— What the exercise asks —
Two lines mark the range in the entries below: the one holding "f 813 824 810" and the one holding "v 23.5 30.25 -3". Set down those two and all lines between them, exactly.

---------- Data to process ----------

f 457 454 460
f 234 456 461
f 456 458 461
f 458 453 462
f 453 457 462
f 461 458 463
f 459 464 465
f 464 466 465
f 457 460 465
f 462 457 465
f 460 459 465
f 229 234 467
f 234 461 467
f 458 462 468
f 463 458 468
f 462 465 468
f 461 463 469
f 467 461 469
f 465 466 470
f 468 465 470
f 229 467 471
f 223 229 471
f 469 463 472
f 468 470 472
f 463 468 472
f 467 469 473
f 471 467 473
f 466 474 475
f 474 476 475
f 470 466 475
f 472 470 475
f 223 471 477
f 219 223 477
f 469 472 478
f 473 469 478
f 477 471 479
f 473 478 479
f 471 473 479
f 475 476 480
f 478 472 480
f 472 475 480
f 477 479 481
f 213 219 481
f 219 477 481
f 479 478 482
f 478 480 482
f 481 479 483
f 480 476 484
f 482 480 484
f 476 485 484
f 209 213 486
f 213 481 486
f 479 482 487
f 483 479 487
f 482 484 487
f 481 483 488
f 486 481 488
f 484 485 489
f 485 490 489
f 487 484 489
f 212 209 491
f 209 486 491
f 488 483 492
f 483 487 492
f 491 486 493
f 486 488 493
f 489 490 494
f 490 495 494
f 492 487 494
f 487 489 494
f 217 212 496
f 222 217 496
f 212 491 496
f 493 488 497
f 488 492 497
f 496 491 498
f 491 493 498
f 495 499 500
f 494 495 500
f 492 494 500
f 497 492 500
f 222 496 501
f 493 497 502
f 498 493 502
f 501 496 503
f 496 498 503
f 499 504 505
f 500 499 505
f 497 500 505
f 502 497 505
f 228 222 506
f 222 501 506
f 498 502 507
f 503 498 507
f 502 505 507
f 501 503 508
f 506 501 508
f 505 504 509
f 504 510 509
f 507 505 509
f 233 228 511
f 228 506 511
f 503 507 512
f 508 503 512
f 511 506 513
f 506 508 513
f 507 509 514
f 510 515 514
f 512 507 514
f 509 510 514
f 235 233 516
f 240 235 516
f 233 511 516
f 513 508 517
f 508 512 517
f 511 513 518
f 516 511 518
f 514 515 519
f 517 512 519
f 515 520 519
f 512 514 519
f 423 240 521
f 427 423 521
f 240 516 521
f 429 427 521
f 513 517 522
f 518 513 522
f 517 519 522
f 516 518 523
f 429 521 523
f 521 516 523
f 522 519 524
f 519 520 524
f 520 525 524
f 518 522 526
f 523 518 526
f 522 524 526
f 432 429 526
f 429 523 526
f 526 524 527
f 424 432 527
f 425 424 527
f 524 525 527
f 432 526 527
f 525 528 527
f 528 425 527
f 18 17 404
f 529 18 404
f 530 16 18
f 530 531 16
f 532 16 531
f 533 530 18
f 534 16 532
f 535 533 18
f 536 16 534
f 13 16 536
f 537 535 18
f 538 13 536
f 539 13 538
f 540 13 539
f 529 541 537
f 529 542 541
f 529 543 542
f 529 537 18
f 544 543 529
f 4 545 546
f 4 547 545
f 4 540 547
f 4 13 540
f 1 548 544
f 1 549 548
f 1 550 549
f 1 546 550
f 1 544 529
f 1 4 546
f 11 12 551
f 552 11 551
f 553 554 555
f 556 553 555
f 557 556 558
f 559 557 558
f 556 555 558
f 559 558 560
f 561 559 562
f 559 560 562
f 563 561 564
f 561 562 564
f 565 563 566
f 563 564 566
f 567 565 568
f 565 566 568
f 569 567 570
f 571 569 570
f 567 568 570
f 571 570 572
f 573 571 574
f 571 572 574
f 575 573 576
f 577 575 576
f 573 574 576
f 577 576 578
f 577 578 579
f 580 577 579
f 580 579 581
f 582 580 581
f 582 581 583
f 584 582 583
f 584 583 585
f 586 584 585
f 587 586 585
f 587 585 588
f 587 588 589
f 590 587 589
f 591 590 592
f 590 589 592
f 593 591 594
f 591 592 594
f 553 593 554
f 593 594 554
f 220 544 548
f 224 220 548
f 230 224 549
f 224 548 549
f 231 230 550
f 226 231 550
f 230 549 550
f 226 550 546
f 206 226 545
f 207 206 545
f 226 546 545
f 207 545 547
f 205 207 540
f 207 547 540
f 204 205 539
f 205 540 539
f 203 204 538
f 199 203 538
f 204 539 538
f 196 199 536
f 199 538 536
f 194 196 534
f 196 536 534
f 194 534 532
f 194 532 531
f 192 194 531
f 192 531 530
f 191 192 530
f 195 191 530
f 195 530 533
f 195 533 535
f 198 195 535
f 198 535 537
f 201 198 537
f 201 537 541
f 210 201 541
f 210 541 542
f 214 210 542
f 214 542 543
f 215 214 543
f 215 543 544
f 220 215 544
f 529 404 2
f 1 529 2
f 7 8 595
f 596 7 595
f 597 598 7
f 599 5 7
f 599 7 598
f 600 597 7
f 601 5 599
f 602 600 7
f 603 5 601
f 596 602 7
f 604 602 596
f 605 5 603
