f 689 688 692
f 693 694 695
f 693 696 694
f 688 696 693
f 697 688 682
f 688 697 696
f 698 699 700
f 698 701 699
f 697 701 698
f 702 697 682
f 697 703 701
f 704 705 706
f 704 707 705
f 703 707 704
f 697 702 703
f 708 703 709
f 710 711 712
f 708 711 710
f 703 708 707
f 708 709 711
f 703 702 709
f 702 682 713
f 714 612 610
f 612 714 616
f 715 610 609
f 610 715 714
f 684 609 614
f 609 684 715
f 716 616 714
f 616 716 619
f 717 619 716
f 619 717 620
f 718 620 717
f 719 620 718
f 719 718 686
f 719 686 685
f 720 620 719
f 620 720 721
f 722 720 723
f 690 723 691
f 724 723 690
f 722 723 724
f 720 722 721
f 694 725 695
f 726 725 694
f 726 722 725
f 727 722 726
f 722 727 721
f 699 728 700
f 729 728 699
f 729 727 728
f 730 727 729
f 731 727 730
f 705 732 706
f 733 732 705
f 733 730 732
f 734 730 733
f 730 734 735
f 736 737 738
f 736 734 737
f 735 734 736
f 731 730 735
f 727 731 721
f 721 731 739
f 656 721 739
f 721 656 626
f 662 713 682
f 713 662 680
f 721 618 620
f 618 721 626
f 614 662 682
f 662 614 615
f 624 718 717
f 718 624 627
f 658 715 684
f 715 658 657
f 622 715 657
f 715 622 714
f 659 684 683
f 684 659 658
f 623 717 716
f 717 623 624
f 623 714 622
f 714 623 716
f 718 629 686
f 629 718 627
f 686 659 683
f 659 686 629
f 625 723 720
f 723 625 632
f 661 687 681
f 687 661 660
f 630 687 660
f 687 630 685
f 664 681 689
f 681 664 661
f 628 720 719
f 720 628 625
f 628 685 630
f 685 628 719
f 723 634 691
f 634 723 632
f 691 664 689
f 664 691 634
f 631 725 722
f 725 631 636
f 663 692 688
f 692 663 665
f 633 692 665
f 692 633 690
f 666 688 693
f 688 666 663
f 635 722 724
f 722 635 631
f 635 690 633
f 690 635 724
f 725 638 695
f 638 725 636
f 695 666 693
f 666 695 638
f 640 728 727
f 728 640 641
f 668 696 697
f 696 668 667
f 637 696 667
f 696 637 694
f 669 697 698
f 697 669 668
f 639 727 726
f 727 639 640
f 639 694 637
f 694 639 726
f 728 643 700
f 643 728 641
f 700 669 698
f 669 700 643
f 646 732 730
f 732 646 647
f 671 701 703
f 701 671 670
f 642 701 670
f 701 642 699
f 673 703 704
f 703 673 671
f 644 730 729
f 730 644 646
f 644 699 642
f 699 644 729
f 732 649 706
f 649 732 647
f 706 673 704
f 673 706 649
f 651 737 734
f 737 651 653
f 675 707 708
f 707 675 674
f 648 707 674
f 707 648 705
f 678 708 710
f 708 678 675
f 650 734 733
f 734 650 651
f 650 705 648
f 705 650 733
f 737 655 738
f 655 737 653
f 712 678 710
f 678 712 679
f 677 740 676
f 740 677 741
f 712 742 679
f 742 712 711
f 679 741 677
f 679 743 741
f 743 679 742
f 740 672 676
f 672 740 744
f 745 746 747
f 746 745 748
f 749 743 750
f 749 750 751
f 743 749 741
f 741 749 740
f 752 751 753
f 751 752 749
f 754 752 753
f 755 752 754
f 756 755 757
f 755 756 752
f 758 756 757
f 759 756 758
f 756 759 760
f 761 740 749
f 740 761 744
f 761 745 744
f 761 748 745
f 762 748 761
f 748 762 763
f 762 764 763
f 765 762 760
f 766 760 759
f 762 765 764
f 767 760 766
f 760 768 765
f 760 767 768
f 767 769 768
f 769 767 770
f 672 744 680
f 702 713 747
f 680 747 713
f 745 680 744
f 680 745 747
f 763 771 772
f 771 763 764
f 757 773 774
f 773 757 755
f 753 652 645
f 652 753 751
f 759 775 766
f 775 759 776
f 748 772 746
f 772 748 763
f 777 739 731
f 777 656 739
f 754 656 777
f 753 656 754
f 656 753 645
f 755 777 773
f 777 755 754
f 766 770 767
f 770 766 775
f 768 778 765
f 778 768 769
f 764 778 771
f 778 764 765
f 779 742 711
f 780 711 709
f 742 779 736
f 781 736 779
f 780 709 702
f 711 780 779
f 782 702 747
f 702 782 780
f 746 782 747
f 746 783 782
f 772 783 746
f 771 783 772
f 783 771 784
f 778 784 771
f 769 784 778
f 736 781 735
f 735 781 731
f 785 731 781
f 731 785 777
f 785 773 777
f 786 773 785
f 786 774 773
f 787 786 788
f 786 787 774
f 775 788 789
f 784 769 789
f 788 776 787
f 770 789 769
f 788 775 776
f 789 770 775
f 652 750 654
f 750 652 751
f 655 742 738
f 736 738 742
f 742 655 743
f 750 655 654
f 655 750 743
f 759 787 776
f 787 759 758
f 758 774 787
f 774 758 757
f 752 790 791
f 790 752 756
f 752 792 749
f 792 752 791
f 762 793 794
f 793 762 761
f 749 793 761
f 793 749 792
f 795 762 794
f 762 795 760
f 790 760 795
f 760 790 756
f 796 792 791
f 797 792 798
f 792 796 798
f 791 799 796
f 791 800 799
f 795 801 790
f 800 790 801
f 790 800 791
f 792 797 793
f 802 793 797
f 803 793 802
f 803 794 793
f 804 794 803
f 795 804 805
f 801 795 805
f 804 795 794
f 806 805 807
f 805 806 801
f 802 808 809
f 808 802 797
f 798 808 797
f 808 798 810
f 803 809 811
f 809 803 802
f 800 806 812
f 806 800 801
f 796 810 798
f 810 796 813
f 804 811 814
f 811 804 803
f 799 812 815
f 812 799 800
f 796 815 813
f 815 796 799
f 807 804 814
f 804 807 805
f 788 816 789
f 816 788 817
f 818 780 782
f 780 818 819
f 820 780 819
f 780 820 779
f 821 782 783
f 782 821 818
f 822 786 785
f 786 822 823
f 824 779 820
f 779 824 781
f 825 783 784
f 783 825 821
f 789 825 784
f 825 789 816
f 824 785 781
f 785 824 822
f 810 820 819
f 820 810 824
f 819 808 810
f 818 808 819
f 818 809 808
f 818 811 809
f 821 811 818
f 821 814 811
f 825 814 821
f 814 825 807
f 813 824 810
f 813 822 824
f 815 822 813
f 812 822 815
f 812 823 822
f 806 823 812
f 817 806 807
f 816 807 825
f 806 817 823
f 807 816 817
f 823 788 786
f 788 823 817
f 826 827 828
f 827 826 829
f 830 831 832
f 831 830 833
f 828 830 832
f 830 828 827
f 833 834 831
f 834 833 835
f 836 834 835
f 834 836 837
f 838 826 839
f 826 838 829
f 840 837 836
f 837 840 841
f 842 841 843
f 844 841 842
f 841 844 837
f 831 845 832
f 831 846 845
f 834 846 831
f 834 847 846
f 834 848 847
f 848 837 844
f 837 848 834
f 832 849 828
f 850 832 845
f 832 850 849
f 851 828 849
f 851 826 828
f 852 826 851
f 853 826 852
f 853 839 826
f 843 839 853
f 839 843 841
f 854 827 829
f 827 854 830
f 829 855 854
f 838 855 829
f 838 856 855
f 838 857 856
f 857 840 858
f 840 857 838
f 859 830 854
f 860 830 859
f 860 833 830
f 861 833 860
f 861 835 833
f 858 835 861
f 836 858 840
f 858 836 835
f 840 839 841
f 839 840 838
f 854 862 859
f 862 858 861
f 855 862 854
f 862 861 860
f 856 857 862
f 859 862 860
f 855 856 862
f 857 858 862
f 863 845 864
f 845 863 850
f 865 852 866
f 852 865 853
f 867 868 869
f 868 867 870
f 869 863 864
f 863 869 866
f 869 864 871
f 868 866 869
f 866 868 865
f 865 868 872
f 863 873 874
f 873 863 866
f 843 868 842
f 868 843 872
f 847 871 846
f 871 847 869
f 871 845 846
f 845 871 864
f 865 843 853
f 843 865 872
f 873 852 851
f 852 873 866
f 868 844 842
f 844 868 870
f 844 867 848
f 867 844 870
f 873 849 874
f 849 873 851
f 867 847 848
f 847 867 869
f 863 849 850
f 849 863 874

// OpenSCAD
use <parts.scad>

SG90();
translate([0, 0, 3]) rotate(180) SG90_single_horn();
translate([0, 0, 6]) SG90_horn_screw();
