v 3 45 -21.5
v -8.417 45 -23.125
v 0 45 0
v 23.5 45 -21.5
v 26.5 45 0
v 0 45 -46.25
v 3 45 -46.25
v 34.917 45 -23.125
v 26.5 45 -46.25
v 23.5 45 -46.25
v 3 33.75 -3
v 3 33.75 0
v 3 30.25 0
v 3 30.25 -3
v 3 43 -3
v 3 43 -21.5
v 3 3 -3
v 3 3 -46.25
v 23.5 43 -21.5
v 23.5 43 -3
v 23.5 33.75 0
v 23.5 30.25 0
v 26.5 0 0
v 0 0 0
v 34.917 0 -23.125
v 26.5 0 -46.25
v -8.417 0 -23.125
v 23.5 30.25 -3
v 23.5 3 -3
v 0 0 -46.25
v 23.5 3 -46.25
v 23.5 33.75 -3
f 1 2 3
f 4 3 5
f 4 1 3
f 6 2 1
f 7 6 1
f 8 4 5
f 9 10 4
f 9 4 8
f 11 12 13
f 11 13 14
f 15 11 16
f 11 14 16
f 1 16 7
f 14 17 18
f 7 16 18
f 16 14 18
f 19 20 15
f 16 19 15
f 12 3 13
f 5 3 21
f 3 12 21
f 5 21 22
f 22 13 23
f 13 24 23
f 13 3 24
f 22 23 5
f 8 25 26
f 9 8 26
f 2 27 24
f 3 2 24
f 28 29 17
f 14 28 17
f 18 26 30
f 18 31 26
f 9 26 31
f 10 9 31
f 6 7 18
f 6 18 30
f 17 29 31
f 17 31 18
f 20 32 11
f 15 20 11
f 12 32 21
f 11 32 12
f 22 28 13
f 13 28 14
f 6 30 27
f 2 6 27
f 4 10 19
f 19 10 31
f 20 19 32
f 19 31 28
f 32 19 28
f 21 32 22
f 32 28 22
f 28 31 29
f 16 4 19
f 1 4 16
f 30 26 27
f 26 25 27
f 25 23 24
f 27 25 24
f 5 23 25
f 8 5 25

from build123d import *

# Parameters (mm, degrees)
BOSS_EXTRUDE1_DEPTH = 45
SKETCH2_W           = 20.5
SKETCH2_H           = 2
BOSS_EXTRUDE2_DEPTH = 18.5
SKETCH3_W           = 20.5
SKETCH3_H           = 3.5
CUT_EXTRUDE1_DEPTH  = 20
SKETCH4_W           = 20.5
SKETCH4_H           = 3
BOSS_EXTRUDE3_DEPTH = 43.25


with BuildPart() as part:
    # Sketch1 → Boss-Extrude1 (new body)
    with BuildSketch(Plane(origin=(0, 0, 0), x_dir=(1, 0, 0), z_dir=(0, 1, 0))):
        Polygon((0, 0), (26.5, 0), (34.916811667, 23.125), (26.5, 46.25), (23.5, 46.25), (23.5, 3), (3, 3), (3, 46.25), (0, 46.25), (-8.416811667, 23.125), align=None)
    extrude(amount=BOSS_EXTRUDE1_DEPTH)

    # Sketch2 → Boss-Extrude2 (add)
    with BuildSketch(Plane(origin=(0, 0, -3), x_dir=(-1, 0, 0), z_dir=(0, 0, -1))):
        with Locations((-13.25, 44)):
            Rectangle(SKETCH2_W, SKETCH2_H)
    extrude(amount=BOSS_EXTRUDE2_DEPTH)

    # Sketch3 → Cut-Extrude1 (cut)
    with BuildSketch(Plane(origin=(0, 0, -3), x_dir=(-1, 0, 0), z_dir=(0, 0, -1))):
        with Locations((-13.25, 32)):
            Rectangle(SKETCH3_W, SKETCH3_H)
    extrude(amount=-CUT_EXTRUDE1_DEPTH, mode=Mode.SUBTRACT)

    # Sketch4 → Boss-Extrude3 (add)
    with BuildSketch(Plane(origin=(0, 0, -3), x_dir=(-1, 0, 0), z_dir=(0, 0, -1))):
        with Locations((-13.25, 1.5)):
            Rectangle(SKETCH4_W, SKETCH4_H)
    extrude(amount=BOSS_EXTRUDE3_DEPTH)


solid = part.part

----------

— Answer to this task —
f 813 824 810
f 813 822 824
f 815 822 813
f 812 822 815
f 812 823 822
f 806 823 812
f 817 806 807
f 816 807 825
f 806 817 823
f 807 816 817
f 823 788 786
f 788 823 817
f 826 827 828
f 827 826 829
f 830 831 832
f 831 830 833
f 828 830 832
f 830 828 827
f 833 834 831
f 834 833 835
f 836 834 835
f 834 836 837
f 838 826 839
f 826 838 829
f 840 837 836
f 837 840 841
f 842 841 843
f 844 841 842
f 841 844 837
f 831 845 832
f 831 846 845
f 834 846 831
f 834 847 846
f 834 848 847
f 848 837 844
f 837 848 834
f 832 849 828
f 850 832 845
f 832 850 849
f 851 828 849
f 851 826 828
f 852 826 851
f 853 826 852
f 853 839 826
f 843 839 853
f 839 843 841
f 854 827 829
f 827 854 830
f 829 855 854
f 838 855 829
f 838 856 855
f 838 857 856
f 857 840 858
f 840 857 838
f 859 830 854
f 860 830 859
f 860 833 830
f 861 833 860
f 861 835 833
f 858 835 861
f 836 858 840
f 858 836 835
f 840 839 841
f 839 840 838
f 854 862 859
f 862 858 861
f 855 862 854
f 862 861 860
f 856 857 862
f 859 862 860
f 855 856 862
f 857 858 862
f 863 845 864
f 845 863 850
f 865 852 866
f 852 865 853
f 867 868 869
f 868 867 870
f 869 863 864
f 863 869 866
f 869 864 871
f 868 866 869
f 866 868 865
f 865 868 872
f 863 873 874
f 873 863 866
f 843 868 842
f 868 843 872
f 847 871 846
f 871 847 869
f 871 845 846
f 845 871 864
f 865 843 853
f 843 865 872
f 873 852 851
f 852 873 866
f 868 844 842
f 844 868 870
f 844 867 848
f 867 844 870
f 873 849 874
f 849 873 851
f 867 847 848
f 847 867 869
f 863 849 850
f 849 863 874

// OpenSCAD
use <parts.scad>

SG90();
translate([0, 0, 3]) rotate(180) SG90_single_horn();
translate([0, 0, 6]) SG90_horn_screw();
v 3 45 -21.5
v -8.417 45 -23.125
v 0 45 0
v 23.5 45 -21.5
v 26.5 45 0
v 0 45 -46.25
v 3 45 -46.25
v 34.917 45 -23.125
v 26.5 45 -46.25
v 23.5 45 -46.25
v 3 33.75 -3
v 3 33.75 0
v 3 30.25 0
v 3 30.25 -3
v 3 43 -3
v 3 43 -21.5
v 3 3 -3
v 3 3 -46.25
v 23.5 43 -21.5
v 23.5 43 -3
v 23.5 33.75 0
v 23.5 30.25 0
v 26.5 0 0
v 0 0 0
v 34.917 0 -23.125
v 26.5 0 -46.25
v -8.417 0 -23.125
v 23.5 30.25 -3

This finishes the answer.